Hindu Temple in Varansi, Uttar Pradesh, India

Tulsi Manas Mandir (Hindi: तुलसी मानस मंदिर) is one of the most famous temples in the holy city of Varanasi. This temple has great historical and cultural importance in Hinduism since the ancient Hindu epic Ramcharitmanas was originally written at this place by Hindu poet-saint, reformer and philosopher Goswami Tulsidas in the 16th century (c. 1532–1623).

==History==
One of the famous Hindu epics, Ramayan was originally written in Sanskrit language by Sanskrit poet Valmiki between 500 and 100 BC. Being in Sanskrit language, this epic was not accessible to and understood by masses. In the 16th century, Goswami Tulsidas wrote the Ramayan in Awadhi dialect of Hindi language and the Awadhi version was called Ramcharitmanas (meaning Lake of the deeds of Rama).

In 1964, the Sureka family constructed a temple at the same place where Goswami Tulsidas wrote Ramcharitmanas.

==Construction==

Construction finished in 1964 and was funded by the Thakur Das Sureka family of Bandhaghat, Howrah, West Bengal. The temple was constructed in white marble and landscaping all around the temple. Verses and scenes (pictorials) from Ramcharitmanas are engraved on the marble walls all over the temple.

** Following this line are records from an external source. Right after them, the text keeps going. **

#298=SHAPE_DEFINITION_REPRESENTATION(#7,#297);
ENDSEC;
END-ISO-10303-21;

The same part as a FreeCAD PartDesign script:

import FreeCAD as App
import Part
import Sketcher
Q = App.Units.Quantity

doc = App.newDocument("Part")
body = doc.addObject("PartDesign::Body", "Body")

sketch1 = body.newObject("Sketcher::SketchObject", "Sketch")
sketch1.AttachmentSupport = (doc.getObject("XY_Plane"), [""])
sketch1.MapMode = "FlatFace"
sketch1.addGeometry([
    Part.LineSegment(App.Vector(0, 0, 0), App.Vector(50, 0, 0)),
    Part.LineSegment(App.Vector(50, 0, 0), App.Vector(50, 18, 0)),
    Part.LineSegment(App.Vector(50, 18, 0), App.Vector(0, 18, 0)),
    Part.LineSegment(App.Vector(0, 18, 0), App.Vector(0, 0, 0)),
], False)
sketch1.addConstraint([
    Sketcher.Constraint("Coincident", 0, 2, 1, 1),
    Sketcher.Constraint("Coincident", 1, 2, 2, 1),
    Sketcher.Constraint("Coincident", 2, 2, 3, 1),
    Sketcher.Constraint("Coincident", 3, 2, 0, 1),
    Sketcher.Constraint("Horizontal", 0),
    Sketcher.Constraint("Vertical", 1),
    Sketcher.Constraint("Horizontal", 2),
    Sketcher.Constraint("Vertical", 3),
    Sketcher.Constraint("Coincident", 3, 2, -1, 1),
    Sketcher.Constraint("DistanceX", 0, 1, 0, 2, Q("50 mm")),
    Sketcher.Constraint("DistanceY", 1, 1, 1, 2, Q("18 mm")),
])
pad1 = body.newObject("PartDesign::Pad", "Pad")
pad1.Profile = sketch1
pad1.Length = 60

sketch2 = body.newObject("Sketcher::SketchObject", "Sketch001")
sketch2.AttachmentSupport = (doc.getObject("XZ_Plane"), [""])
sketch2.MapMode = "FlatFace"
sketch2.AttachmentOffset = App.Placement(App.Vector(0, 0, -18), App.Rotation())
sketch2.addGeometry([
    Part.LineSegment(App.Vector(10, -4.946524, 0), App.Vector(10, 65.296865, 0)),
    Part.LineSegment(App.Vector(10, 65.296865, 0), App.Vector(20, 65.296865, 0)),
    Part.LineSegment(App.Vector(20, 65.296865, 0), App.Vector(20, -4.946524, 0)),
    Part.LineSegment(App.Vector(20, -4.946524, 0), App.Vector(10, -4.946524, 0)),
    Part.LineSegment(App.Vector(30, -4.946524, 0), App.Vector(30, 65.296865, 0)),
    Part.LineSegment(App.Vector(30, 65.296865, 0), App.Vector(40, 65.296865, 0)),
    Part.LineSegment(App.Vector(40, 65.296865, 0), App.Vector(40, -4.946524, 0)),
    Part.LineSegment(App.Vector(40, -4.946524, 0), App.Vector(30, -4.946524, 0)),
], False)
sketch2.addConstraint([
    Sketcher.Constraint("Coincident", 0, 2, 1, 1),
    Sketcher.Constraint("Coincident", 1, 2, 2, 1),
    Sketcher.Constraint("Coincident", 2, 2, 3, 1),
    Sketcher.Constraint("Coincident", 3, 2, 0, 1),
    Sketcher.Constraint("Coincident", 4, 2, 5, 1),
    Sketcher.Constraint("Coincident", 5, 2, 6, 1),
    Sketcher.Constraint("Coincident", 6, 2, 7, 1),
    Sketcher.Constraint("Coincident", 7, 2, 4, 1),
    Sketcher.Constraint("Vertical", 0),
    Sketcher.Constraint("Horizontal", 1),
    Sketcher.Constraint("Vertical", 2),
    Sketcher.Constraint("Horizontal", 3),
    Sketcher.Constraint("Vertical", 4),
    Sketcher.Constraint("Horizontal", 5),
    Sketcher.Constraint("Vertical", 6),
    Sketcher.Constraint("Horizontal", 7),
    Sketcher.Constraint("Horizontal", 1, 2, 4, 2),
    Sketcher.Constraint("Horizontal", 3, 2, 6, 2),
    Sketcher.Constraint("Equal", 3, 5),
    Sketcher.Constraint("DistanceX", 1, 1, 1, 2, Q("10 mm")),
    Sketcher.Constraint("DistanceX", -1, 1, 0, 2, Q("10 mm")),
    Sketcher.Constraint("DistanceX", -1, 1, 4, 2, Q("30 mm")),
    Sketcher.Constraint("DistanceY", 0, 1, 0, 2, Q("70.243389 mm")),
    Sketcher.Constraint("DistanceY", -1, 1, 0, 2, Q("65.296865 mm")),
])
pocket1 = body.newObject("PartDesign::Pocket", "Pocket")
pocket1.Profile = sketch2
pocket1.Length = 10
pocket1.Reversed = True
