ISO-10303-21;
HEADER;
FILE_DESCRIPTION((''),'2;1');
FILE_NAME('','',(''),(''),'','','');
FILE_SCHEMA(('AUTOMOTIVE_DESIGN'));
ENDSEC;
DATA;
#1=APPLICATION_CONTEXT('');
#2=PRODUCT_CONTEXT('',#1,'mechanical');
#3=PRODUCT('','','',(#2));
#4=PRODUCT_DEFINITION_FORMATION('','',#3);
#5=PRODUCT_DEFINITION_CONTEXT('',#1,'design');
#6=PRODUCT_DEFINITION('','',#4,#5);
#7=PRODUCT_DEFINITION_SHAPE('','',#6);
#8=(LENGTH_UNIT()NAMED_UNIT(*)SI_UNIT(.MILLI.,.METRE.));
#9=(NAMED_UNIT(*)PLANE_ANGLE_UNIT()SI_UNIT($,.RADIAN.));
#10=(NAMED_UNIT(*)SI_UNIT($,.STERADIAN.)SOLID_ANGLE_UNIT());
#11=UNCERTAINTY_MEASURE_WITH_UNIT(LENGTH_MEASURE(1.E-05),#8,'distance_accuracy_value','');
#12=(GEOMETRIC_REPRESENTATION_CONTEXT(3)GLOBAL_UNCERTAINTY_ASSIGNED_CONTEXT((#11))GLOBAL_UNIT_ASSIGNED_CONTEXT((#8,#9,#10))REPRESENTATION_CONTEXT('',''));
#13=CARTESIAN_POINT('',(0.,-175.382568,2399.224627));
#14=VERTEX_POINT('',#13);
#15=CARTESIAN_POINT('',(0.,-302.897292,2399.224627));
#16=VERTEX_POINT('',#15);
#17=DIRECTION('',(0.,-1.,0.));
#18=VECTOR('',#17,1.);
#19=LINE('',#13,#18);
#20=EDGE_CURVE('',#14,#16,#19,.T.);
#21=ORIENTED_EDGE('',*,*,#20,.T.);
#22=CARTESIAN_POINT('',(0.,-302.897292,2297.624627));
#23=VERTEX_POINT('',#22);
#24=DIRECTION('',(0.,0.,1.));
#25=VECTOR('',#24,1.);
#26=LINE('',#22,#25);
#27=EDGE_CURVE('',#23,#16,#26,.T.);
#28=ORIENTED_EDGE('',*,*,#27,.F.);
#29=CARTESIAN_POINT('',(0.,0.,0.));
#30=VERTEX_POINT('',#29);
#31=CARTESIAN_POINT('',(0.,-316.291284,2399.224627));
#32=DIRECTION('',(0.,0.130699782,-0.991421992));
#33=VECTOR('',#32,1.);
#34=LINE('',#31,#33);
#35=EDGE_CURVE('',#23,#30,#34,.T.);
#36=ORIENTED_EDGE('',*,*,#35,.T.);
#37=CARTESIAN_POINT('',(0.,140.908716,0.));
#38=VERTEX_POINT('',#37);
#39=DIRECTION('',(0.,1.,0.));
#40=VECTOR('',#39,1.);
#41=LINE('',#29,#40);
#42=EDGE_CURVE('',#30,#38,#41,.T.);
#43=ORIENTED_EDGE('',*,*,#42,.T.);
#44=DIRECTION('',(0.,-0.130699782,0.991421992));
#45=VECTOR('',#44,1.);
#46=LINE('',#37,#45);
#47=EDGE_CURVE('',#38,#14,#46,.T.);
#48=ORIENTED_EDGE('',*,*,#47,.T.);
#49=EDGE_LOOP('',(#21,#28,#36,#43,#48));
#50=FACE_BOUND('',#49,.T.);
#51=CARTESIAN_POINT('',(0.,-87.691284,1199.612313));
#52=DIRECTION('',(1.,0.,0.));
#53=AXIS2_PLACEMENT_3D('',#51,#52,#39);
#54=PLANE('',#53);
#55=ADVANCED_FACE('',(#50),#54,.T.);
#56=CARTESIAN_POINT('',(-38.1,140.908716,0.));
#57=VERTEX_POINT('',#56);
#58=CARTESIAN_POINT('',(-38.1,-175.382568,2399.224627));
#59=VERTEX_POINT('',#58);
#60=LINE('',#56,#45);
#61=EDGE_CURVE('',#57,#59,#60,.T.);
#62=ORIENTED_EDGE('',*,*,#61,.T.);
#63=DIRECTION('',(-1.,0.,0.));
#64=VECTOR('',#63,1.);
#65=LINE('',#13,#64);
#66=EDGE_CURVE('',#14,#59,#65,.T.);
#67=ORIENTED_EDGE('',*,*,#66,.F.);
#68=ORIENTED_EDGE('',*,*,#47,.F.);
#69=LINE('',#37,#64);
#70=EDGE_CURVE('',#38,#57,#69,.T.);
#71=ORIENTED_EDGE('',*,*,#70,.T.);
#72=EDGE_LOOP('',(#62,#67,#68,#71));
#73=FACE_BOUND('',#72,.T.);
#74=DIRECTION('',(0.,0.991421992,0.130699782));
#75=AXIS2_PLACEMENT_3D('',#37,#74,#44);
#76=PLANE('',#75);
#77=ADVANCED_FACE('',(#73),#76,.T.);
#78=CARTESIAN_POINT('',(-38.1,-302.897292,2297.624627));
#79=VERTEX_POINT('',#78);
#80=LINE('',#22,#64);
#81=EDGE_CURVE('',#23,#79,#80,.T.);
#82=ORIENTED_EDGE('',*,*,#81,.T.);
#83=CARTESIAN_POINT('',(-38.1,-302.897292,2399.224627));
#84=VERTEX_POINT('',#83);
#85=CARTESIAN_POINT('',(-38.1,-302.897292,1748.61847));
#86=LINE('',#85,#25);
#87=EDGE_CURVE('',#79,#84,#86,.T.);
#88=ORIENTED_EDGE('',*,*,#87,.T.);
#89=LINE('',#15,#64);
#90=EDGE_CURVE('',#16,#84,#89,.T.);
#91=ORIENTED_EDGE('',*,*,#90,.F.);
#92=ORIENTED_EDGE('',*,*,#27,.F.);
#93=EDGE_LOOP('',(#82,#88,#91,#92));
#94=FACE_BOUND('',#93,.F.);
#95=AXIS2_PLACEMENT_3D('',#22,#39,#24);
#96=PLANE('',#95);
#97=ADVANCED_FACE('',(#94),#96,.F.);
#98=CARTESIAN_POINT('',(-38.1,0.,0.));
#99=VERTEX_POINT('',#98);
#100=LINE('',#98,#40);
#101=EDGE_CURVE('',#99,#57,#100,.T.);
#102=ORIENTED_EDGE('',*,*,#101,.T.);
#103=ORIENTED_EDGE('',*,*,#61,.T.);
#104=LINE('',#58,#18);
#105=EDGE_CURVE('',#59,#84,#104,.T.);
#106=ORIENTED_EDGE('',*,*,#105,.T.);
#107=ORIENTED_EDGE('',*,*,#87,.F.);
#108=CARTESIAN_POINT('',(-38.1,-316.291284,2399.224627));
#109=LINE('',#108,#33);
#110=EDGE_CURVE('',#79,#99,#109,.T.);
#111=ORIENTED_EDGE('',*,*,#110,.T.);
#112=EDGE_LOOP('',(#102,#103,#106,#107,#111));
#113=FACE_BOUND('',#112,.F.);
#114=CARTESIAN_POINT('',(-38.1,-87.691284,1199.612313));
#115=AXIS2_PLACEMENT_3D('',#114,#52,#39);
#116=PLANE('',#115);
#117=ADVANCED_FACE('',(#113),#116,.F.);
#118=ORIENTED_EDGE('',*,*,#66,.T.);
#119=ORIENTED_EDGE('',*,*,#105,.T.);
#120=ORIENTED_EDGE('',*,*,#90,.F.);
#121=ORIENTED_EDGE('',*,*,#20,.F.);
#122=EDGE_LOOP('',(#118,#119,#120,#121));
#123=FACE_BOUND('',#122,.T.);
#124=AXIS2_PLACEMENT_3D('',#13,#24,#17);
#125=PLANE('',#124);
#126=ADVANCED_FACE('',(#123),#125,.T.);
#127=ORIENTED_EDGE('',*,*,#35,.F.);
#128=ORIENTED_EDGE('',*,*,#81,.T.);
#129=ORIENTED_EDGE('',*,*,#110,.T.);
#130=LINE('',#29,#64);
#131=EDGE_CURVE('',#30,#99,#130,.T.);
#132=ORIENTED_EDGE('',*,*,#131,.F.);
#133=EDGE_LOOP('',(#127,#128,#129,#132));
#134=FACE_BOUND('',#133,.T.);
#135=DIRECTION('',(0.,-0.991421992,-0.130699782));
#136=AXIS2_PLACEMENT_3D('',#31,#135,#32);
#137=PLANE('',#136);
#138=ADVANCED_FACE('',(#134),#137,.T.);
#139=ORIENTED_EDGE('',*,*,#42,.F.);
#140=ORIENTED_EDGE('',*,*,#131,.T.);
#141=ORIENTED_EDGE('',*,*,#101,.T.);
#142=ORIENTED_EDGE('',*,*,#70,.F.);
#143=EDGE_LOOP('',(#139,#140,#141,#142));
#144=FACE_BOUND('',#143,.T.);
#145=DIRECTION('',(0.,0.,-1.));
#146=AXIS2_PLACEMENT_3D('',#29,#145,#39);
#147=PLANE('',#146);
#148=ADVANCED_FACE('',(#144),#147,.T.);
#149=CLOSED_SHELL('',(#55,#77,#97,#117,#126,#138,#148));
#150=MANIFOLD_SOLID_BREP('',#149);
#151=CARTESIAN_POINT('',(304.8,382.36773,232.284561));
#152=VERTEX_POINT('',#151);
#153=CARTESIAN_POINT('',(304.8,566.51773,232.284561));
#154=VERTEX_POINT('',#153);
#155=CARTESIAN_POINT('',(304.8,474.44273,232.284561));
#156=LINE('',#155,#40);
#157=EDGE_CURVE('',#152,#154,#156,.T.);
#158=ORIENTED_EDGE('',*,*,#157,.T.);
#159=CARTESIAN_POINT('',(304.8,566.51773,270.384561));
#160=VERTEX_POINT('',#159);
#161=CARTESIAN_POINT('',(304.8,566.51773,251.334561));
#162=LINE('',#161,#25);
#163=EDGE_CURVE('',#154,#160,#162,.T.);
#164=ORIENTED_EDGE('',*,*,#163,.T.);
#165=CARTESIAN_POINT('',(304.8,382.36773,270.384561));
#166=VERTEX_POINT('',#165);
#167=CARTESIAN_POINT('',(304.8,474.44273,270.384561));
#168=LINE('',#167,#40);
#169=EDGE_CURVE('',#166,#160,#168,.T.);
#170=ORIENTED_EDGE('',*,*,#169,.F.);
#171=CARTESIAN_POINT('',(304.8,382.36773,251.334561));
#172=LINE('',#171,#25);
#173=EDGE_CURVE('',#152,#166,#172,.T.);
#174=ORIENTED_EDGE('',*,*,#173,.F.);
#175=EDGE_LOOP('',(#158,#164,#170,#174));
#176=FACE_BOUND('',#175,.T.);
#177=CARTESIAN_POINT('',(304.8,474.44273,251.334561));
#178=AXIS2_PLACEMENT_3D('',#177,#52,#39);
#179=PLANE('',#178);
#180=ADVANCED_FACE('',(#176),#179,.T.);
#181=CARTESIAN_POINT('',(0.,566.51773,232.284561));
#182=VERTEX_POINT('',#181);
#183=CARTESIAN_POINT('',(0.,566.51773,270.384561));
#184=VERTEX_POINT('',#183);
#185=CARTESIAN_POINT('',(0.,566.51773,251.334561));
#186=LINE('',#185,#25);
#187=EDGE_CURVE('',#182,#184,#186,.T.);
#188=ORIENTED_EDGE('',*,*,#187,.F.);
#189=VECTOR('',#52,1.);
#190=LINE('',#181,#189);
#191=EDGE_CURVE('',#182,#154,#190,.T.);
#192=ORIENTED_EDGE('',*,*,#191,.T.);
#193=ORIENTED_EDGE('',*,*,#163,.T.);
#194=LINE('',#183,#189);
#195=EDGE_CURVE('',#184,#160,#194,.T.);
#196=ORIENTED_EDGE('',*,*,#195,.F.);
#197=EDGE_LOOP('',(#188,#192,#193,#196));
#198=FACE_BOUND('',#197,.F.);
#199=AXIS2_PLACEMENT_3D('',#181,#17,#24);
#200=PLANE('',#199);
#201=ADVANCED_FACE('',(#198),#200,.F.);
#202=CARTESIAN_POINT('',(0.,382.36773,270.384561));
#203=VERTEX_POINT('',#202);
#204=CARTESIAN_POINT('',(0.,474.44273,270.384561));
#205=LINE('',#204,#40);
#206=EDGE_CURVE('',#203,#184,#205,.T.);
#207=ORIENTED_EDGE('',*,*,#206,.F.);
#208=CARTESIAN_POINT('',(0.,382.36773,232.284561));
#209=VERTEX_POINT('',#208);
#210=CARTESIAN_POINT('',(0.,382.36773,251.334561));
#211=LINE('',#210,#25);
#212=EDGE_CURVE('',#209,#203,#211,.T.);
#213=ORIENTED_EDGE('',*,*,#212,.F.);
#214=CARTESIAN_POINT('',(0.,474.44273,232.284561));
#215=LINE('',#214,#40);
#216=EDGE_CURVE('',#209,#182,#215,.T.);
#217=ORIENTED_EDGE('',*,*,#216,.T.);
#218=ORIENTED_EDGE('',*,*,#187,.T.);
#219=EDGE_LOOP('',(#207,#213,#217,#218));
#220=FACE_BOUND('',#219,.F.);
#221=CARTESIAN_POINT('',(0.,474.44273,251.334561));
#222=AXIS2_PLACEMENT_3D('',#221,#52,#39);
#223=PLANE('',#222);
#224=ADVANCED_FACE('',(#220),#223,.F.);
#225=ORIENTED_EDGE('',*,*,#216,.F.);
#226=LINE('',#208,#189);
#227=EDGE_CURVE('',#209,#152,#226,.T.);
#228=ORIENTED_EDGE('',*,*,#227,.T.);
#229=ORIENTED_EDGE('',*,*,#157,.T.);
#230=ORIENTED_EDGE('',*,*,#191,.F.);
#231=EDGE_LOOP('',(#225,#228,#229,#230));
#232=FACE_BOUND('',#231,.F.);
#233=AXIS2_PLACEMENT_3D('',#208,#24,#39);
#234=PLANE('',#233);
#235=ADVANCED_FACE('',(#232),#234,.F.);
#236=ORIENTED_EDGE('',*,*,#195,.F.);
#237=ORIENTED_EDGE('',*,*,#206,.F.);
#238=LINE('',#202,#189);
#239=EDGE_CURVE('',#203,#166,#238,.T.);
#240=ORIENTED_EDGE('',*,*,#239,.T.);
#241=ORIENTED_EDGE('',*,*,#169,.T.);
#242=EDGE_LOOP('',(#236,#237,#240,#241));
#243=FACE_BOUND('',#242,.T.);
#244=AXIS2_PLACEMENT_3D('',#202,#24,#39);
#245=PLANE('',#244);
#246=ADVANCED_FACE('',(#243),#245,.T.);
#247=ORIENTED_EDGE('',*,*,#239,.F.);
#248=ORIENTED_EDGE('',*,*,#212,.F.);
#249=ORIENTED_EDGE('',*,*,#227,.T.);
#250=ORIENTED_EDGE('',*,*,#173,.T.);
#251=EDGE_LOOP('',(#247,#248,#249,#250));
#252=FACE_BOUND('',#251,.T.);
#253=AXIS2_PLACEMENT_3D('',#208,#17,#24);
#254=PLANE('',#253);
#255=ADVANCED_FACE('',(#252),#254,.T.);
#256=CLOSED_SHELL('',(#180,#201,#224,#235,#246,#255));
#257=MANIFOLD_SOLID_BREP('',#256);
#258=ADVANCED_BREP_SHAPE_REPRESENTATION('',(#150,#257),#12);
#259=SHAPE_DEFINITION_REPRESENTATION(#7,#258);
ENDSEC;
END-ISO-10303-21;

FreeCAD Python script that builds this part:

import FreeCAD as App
import Part
import Sketcher

V = App.Vector
Q = App.Units.Quantity


def add_polygon(sketch, points):
    """Adds a closed chain of lines whose ends are joined by coincident constraints."""
    first, n = sketch.GeometryCount, len(points)
    for a, b in zip(points, points[1:] + points[:1]):
        sketch.addGeometry(Part.LineSegment(App.Vector(*a, 0), App.Vector(*b, 0)), False)
    for i in range(n):
        sketch.addConstraint(Sketcher.Constraint("Coincident", first + i, 2, first + (i + 1) % n, 1))

doc = App.newDocument("Part")
body = doc.addObject("PartDesign::Body", "Body")

sketch1 = body.newObject("Sketcher::SketchObject", "Sketch")
sketch1.AttachmentSupport = (doc.getObject("YZ_Plane"), [""])
sketch1.MapMode = "FlatFace"
add_polygon(sketch1, [(-175, 2399), (-316, 2399), (0, 0), (141, 0)])
sketch1.addConstraint([
    Sketcher.Constraint("Horizontal", 0),
    Sketcher.Constraint("Horizontal", 2),
    Sketcher.Constraint("Coincident", 1, 2, -1, 1),
    Sketcher.Constraint("Parallel", 1, 3),
    Sketcher.Constraint("DistanceX", 0, 2, 2, 2, Q("18 in")),
    Sketcher.Constraint("Distance", 1, 2419.983262),
    Sketcher.Constraint("DistanceX", 0, 2, 0, 1, 140.908716),
])
pad1 = body.newObject("PartDesign::Pad", "Pad")
pad1.Profile = sketch1
pad1.Length = Q("1.5 in")
pad1.Reversed = True

sketch2 = body.newObject("Sketcher::SketchObject", "Sketch001")
sketch2.AttachmentSupport = (doc.getObject("YZ_Plane"), [""])
sketch2.MapMode = "FlatFace"
add_polygon(sketch2, [(-303, 2399), (-316, 2399), (-303, 2298)])
sketch2.addConstraint([
    Sketcher.Constraint("Horizontal", 0),
    Sketcher.Constraint("Vertical", 2),
    Sketcher.Constraint("DistanceY", 2, 1, 2, 2, Q("4 in")),
    Sketcher.Constraint("DistanceX", 0, 2, 0, 1, 13.393992),
    Sketcher.Constraint("DistanceX", 0, 2, -1, 1, 316.291284),
    Sketcher.Constraint("DistanceY", -1, 1, 0, 2, 2399.224627),
])
pocket1 = body.newObject("PartDesign::Pocket", "Pocket")
pocket1.Profile = sketch2
pocket1.Type = "ThroughAll"
body2 = doc.addObject("PartDesign::Body", "Body001")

Philip Lutgendorf, describing the temple in the 1980s, noted that the entire text of the Ramcharitmanas is inscribed in marble on two levels of its inner walls, and that the temple also contains a life-sized mechanical image of Tulsidas reciting the epic from a recording, a library of Ramayana-related literature, and electrified dioramas of mythological scenes that visitors may view for a small fee. Each year in the month of Shravan (July–August) the temple grounds host a fair whose centrepiece is an exhibition of motorised dioramas depicting the major episodes of the Manas.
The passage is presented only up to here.